I’ll use my favorite example once again here. You cannot invite me to strap on a helmet and some gloves and invite me to be a Jedi Knight without providing me a mediating control device and a complex set of interface conventions, because I am not a Jedi Knight. I cannot just move through space as I would and be a Jedi Knight in a virtual environment. You have to tell me what to do if I want to run five times as fast I normally do, what to do if I want to jump thirty feet straight upwards, what to do if I want to force-choke a Stormtrooper or intuitively counter a lightsaber thrust. Those all have to be done in a mediating physical language that I have to painstakingly learn while playing the game. (Or even simply being at a department meeting while having the powers of a Jedi Knight.) And the better the representational technology is at showing me my alt-Jedi life and even making me feel it somehow—ouch! my haptics are mildly pressing my neck while Darth Vader chokes me!—the more the disjuncture between the body that I am and the virtuality I am enjoying is the same problem as in any other representation. I don’t need haptics or 3d projection technology to weep when Little Nell dies, nor do I need to stuff ice cubes down my shirt and pants to feel a visceral chill on reading London’s “To Build a Fire”. But neither do any of those other media forms make me want to puke because my body is mostly moving in place in reality while I hurtle along at Force-enabled speeds during a Jedi-training exercise.
The more we think of virtuality as a dream state, the more we incur the problems of dreams. The more virtuality is an alternative materiality, the more we have to be always aware of our real materiality in enjoying it as a representational medium. The more we think of virtuality as a one-to-one mimetic replacement for our real world, a comprehensive simulation that cannot be distinguished from reality, the more we miss the point of simulation. A simulation that’s indistinguishable from the complex world of our everyday lives is pointless. We already have the complex world; why make another one? A simulation is only useful if it compresses, simplifies or changes the world enough that we can learn from it, that we can iterate it a million times to see what might happen.
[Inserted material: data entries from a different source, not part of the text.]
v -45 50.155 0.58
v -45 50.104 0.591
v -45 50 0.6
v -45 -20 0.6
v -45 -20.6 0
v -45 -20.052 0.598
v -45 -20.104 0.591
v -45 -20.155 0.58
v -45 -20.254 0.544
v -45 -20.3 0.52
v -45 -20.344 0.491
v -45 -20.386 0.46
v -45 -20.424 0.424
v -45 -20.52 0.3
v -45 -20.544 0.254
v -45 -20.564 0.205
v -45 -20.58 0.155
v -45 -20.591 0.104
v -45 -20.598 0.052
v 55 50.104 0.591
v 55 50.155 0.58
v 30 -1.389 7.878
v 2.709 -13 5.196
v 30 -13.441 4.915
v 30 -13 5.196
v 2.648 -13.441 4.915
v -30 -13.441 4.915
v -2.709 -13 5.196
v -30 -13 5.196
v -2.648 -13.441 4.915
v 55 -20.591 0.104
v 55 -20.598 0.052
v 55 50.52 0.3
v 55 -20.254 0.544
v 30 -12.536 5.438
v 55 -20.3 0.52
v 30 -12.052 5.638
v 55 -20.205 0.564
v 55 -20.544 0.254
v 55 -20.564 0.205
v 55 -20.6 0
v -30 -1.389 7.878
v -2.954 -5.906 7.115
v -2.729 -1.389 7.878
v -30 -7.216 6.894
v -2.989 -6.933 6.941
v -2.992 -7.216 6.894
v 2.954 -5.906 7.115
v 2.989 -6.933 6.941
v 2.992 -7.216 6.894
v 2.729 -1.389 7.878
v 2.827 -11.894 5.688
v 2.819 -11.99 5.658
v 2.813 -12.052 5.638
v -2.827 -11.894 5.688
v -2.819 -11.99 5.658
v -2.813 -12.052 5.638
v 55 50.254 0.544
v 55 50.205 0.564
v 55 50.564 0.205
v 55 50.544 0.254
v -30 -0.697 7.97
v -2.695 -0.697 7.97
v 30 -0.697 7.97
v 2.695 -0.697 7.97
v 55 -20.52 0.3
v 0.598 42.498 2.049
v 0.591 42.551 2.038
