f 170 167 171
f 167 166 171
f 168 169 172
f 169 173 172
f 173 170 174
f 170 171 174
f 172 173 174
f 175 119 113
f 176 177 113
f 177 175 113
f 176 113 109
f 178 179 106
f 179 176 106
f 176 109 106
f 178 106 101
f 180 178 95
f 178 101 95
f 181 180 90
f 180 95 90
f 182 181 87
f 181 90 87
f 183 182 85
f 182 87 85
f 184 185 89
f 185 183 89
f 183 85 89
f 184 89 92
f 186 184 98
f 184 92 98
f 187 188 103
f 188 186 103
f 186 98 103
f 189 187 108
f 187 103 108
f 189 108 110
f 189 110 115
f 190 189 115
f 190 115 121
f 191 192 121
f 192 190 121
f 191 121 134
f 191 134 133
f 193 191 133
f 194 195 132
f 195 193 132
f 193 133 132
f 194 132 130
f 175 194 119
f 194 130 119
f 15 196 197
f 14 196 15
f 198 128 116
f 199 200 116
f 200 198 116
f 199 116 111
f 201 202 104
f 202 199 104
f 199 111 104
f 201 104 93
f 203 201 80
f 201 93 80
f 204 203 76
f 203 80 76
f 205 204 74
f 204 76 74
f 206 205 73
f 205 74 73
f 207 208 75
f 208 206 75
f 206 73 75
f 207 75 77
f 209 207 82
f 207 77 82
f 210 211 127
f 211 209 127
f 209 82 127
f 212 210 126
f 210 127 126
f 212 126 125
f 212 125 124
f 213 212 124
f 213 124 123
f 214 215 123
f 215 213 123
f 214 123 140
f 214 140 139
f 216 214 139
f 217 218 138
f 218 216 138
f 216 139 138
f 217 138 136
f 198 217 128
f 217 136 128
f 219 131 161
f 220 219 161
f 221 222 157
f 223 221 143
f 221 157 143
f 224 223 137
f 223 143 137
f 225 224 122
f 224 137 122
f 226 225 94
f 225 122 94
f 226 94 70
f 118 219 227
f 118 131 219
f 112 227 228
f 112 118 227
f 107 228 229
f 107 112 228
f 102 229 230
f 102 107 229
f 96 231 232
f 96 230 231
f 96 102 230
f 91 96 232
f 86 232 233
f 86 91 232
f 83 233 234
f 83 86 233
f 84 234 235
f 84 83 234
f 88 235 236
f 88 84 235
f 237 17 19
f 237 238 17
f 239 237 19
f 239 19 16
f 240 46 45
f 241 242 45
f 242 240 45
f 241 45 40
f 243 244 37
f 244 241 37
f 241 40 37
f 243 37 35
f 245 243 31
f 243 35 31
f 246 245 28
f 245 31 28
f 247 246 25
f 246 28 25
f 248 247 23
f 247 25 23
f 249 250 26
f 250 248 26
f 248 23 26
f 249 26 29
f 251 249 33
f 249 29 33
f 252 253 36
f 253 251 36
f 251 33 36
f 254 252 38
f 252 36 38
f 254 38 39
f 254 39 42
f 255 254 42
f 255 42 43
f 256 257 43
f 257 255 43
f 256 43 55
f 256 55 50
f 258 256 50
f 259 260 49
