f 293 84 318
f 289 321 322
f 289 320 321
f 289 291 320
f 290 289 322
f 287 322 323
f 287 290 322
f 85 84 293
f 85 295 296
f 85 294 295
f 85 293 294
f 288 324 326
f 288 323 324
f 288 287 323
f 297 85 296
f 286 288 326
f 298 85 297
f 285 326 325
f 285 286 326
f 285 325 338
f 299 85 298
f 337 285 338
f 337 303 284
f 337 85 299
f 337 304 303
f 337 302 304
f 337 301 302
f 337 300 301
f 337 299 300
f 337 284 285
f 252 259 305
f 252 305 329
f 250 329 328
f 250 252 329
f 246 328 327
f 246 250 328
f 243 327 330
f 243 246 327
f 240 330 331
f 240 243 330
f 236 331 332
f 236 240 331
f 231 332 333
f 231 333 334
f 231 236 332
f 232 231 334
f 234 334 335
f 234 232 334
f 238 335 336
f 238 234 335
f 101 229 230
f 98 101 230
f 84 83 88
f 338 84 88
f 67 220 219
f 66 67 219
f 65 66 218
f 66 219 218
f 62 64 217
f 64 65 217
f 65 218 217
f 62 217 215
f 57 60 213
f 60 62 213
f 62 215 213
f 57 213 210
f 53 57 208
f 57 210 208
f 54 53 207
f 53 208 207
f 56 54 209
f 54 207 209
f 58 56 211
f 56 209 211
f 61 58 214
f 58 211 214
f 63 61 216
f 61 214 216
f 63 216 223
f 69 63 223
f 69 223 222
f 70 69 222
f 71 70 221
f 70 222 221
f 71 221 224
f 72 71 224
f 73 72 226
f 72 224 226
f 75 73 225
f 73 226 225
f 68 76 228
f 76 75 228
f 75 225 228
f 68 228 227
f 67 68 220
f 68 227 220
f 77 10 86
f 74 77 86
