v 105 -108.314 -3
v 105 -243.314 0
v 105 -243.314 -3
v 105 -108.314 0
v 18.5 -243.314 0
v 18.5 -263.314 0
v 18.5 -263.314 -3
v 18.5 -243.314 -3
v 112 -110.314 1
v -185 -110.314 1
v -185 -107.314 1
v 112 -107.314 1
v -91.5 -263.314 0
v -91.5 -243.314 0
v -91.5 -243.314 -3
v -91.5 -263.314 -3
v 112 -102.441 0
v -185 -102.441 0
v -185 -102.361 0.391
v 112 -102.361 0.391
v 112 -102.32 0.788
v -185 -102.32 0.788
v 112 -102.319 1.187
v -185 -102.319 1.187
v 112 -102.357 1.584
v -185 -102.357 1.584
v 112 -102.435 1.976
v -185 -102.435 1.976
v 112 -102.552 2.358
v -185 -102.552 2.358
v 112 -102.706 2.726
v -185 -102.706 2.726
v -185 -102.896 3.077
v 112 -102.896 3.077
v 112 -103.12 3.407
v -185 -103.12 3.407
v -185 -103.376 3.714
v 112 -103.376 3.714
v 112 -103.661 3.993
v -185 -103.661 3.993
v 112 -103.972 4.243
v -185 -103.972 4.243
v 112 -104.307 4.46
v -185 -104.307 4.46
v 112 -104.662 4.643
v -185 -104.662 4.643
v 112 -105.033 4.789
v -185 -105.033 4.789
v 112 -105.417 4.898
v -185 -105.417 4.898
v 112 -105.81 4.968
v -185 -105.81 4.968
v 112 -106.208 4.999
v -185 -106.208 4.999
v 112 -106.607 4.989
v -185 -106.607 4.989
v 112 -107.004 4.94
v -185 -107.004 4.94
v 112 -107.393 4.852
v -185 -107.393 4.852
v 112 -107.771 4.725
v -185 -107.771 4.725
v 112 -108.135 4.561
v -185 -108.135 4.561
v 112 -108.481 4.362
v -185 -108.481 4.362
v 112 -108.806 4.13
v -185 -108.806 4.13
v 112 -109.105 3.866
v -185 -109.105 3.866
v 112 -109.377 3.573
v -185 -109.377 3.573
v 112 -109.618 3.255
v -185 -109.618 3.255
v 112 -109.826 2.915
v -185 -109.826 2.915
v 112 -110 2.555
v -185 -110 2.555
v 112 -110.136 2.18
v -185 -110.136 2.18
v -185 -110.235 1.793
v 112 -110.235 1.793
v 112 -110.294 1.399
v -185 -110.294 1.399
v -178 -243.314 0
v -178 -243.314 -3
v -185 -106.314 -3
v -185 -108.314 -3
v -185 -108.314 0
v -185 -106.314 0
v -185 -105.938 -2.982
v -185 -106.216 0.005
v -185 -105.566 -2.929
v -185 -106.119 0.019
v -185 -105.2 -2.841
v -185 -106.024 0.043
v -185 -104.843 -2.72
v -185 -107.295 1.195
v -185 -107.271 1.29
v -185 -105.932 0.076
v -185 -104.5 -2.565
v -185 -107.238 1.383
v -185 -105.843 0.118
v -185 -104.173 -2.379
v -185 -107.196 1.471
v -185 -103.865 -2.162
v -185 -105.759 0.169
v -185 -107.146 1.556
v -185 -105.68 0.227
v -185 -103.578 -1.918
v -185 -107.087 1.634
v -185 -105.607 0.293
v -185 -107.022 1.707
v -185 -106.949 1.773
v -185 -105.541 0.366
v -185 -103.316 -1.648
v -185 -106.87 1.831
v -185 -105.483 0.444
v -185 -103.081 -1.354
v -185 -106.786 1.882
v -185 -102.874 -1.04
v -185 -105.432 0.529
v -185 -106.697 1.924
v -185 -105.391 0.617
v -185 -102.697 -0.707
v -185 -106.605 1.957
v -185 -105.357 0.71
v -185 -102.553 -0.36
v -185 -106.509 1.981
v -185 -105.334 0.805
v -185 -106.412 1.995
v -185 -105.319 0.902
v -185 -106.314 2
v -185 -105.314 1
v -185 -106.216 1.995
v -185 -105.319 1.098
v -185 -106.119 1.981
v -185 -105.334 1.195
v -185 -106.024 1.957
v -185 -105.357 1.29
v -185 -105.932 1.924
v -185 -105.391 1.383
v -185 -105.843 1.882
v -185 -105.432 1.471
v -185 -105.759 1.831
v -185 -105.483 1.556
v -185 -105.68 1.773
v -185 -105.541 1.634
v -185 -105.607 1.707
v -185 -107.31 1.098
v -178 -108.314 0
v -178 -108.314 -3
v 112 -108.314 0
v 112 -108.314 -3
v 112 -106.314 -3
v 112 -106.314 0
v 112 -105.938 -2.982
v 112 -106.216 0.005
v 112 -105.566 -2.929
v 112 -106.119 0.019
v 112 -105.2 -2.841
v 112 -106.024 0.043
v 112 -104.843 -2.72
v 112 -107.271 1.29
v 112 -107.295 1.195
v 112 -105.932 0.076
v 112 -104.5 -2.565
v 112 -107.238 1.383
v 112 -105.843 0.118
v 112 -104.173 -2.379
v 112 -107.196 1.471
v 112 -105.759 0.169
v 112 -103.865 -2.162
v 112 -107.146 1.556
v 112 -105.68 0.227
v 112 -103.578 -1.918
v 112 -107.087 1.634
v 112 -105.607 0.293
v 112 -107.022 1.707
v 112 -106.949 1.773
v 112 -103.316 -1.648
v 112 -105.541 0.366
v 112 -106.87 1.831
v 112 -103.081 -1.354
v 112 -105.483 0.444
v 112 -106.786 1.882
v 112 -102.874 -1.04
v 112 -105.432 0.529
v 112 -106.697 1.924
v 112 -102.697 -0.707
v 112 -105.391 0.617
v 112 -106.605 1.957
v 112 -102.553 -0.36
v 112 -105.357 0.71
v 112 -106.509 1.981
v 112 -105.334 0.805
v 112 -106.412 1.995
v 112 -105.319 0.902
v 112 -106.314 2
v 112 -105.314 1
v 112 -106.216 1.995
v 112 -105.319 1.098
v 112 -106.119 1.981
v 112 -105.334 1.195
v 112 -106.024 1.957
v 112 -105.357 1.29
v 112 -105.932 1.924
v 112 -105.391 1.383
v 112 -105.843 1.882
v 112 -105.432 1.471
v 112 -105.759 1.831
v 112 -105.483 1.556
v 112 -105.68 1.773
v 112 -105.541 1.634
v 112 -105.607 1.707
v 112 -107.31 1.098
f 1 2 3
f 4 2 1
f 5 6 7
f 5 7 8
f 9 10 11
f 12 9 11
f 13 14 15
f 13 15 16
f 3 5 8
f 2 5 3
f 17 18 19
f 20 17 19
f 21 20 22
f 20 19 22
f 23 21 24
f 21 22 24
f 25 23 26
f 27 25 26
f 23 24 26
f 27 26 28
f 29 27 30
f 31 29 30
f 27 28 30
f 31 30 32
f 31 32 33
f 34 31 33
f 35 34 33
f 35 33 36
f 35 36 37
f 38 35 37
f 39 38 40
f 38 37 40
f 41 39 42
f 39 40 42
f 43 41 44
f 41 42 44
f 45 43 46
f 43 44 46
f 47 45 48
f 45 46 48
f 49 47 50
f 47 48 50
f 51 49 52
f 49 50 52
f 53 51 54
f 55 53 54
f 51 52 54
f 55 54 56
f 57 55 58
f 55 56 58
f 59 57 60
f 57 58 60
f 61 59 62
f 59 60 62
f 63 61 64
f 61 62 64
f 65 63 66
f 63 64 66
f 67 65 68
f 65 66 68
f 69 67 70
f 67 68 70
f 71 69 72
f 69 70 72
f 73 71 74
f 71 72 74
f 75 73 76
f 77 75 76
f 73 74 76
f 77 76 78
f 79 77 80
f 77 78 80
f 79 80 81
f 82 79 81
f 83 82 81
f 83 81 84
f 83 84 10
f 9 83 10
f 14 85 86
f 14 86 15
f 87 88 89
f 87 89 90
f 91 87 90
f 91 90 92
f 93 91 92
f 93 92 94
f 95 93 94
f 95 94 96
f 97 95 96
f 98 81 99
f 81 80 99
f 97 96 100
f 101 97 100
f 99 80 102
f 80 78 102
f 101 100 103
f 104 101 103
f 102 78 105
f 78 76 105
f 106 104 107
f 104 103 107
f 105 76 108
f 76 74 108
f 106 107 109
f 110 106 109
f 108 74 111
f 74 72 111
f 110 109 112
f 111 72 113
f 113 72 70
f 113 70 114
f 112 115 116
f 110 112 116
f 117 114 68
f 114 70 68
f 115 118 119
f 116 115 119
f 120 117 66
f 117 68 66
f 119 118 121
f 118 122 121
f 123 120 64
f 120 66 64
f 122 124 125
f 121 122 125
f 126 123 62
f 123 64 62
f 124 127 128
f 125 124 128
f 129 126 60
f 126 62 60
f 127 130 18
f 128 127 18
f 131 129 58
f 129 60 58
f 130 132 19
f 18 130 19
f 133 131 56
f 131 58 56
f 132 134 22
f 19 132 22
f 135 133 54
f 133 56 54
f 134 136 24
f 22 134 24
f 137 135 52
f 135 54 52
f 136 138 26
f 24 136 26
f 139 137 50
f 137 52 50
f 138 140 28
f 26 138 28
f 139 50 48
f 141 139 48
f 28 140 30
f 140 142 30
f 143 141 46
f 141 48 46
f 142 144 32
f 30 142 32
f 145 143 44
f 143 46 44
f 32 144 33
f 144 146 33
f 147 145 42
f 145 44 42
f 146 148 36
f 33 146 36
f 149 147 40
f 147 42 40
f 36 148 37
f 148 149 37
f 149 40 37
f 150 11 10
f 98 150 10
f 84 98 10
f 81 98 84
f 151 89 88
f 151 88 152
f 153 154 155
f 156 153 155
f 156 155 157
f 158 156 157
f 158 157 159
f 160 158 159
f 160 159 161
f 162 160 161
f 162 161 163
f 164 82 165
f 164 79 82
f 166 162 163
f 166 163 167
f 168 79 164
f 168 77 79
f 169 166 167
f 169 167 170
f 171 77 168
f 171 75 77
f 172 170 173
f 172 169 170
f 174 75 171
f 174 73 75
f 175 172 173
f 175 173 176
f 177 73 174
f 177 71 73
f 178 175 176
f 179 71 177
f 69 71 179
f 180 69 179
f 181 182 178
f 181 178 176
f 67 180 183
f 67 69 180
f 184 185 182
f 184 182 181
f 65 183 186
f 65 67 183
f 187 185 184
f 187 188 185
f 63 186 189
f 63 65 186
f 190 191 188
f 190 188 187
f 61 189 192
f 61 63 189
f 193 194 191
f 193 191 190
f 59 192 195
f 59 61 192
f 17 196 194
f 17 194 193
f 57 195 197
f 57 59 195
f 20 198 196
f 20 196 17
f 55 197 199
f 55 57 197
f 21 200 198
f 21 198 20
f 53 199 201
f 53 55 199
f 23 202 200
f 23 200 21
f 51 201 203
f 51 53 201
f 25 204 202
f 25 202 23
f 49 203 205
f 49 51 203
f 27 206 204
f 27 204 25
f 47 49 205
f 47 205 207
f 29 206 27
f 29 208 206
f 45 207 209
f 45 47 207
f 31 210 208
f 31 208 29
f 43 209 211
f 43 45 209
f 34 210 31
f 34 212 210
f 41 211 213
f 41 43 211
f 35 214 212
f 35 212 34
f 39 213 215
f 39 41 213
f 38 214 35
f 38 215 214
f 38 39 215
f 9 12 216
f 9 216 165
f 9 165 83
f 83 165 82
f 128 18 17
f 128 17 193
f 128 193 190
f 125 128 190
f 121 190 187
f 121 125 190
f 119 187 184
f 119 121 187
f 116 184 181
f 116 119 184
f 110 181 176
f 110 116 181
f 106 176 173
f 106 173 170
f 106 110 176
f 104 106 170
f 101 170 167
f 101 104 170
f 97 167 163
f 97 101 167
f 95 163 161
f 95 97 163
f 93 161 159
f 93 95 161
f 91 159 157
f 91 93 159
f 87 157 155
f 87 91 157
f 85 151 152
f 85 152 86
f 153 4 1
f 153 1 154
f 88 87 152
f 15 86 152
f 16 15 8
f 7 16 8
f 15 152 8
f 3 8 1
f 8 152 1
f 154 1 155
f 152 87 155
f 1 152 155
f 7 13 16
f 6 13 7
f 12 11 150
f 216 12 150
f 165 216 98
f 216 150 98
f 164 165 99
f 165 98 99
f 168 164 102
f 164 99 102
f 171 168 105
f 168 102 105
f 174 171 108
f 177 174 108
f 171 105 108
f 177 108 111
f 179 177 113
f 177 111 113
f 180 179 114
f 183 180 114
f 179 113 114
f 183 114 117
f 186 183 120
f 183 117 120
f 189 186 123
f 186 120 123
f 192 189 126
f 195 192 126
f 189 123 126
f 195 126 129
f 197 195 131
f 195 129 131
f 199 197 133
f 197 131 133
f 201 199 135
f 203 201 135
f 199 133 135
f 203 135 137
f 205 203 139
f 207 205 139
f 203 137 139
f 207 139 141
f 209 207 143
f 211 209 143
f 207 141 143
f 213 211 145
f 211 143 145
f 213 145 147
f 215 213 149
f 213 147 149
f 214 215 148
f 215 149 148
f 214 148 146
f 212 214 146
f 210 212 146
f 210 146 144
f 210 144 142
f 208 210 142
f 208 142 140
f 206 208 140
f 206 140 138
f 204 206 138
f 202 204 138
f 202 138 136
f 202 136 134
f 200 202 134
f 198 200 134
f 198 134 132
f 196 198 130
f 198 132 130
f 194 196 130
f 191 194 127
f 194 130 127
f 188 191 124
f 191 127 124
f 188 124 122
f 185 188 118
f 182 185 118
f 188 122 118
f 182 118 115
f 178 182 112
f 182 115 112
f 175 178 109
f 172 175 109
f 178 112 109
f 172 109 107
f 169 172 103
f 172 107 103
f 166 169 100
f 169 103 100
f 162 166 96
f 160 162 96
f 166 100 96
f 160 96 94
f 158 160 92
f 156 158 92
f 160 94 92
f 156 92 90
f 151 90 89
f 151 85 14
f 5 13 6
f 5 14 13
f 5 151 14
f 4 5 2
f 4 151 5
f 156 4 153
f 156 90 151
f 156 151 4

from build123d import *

# Parameters (mm, degrees)
BASE_FLANGE1_DEPTH = 3
HEM1_START         = -185.00035483
HEM1_DEPTH         = 297
HEM1_2_DEPTH       = 297


# Read off the part's stored shape, not the designer's step: Hem1
# Sheet-metal steps are written as plain solids
with BuildPart() as part:
    # Sketch1 → Base-Flange1 (new body)
    with BuildSketch(Plane.XY):
        Polygon((18.49964517, -243.314393939), (104.99964517, -243.314393939), (104.99964517, -108.314393939), (111.99964517, -108.314393939), (111.99964517, -102.314393939), (-185.00035483, -102.314393939), (-185.00035483, -108.314393939), (-178.00035483, -108.314393939), (-178.00035483, -243.314393939), (-91.50035483, -243.314393939), (-91.50035483, -263.314393939), (18.49964517, -263.314393939), align=None)
    extrude(amount=-BASE_FLANGE1_DEPTH)

    # Hem1 outline → Hem1 (cut)
    with BuildSketch(Plane.YZ.offset(HEM1_START)):
        with BuildLine():
            Line((-102.314393939, 0), (-102.441410593, 0))
            ThreePointArc((-102.441410593, 0), (-103.864904196, -2.16227766), (-106.314393939, -3))
            Line((-106.314393939, -3), (-102.314393939, -3))
            Line((-102.314393939, -3), (-102.314393939, 0))
        make_face()
    extrude(amount=HEM1_DEPTH, mode=Mode.SUBTRACT)

    # Hem1 2 outline → Hem1 2 (add)
    with BuildSketch(Plane.YZ.offset(HEM1_START)):
        with BuildLine():
            Line((-110.314393939, 1), (-107.314393939, 1))
            ThreePointArc((-107.314393939, 1), (-105.607287158, 1.707106781), (-106.314393939, 0))
            Line((-106.314393939, 0), (-102.441410593, 0))
            ThreePointArc((-102.441410593, 0), (-105.810376769, 4.968118785), (-110.314393939, 1))
        make_face()
    extrude(amount=HEM1_2_DEPTH)


solid = part.part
If that simulation is identical to the world as it is, we won’t know any better why something happened in response to an action than we do already.
These aren’t technological problems to overcome with a new helmet or some haptics, and they ensure we will never want to spend most of our time in virtuality. If we end up there all the time, it will not because we live in the land of dreams but because we have been imprisoned in nightmares. Virtuality is a fine addition to our technologies for experiencing and making culture, but it’s not a killer app or the future that we will all live within.
Image credit: Photo by Martin Sanchez on Unsplash
We already have a complex world that includes complex feats of imagination over materiality (as anyone who was ever engrossed in a novel and forgot about dinner can attest), so why try to force-build another one? I think you nailed it, Tim: to make our every breath “productive” in an economic sense. Why? So Elon Musk can ride a giant phallus to the edge of space? So Jeff Bezos can build a stately pleasure dome in New Zealand and never have to leave it at all? I don’t own an Apple Watch for a reason.